[Records supplied]

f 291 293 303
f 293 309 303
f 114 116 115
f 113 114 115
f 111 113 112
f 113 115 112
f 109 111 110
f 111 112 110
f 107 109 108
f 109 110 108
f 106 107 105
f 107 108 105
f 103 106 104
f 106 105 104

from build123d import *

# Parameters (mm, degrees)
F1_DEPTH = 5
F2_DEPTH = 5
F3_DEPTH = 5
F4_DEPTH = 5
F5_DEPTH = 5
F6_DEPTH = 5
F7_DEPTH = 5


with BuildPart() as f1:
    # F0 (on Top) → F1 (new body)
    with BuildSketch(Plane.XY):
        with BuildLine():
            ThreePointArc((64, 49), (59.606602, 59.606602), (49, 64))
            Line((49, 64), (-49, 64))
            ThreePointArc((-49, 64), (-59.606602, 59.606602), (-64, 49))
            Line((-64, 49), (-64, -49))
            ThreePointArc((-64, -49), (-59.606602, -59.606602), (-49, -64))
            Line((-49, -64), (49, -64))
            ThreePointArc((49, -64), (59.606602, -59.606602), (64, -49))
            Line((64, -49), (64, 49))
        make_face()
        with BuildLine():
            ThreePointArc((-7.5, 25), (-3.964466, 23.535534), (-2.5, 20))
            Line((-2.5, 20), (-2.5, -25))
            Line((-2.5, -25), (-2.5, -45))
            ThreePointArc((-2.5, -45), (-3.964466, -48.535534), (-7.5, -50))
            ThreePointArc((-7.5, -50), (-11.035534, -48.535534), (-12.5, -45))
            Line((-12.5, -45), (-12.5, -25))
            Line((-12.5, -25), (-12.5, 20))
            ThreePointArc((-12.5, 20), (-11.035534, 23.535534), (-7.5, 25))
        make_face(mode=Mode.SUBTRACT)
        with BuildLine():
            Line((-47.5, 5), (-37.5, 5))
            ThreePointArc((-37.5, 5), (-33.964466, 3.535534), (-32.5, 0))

--

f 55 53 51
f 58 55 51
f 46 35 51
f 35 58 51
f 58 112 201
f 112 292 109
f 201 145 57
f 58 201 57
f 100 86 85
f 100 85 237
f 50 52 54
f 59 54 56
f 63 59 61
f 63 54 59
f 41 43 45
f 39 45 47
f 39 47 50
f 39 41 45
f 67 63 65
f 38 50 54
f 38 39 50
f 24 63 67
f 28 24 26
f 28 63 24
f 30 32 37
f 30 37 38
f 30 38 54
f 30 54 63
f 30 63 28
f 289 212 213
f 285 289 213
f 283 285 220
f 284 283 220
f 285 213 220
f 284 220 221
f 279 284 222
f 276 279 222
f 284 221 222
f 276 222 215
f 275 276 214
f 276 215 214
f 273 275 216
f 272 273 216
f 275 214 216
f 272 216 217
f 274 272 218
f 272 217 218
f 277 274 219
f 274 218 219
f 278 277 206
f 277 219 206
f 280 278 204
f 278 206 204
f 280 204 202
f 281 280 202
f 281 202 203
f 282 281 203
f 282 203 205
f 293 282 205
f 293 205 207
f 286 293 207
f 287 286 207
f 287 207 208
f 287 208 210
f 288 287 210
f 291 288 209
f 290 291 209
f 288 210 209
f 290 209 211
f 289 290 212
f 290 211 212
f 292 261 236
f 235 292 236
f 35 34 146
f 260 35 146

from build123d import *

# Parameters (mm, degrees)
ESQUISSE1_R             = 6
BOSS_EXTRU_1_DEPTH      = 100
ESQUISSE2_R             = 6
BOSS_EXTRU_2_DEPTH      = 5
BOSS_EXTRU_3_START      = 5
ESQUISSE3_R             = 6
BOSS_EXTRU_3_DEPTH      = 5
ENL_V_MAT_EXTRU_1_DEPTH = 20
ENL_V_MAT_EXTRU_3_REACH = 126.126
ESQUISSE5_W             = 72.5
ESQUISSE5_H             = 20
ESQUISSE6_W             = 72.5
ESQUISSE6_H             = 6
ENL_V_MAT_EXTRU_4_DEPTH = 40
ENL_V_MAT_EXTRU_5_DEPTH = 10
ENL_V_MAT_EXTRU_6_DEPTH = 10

[Exercise brief]
The expected answer is an exact copy of the lines above, beginning at the line with "f 112 292 109" and ending at the line with "f 275 214 216", with both ends in.

[Written solution]
f 112 292 109
f 201 145 57
f 58 201 57
f 100 86 85
f 100 85 237
f 50 52 54
f 59 54 56
f 63 59 61
f 63 54 59
f 41 43 45
f 39 45 47
f 39 47 50
f 39 41 45
f 67 63 65
f 38 50 54
f 38 39 50
f 24 63 67
f 28 24 26
f 28 63 24
f 30 32 37
f 30 37 38
f 30 38 54
f 30 54 63
f 30 63 28
f 289 212 213
f 285 289 213
f 283 285 220
f 284 283 220
f 285 213 220
f 284 220 221
f 279 284 222
f 276 279 222
f 284 221 222
f 276 222 215
f 275 276 214
f 276 215 214
f 273 275 216
f 272 273 216
f 275 214 216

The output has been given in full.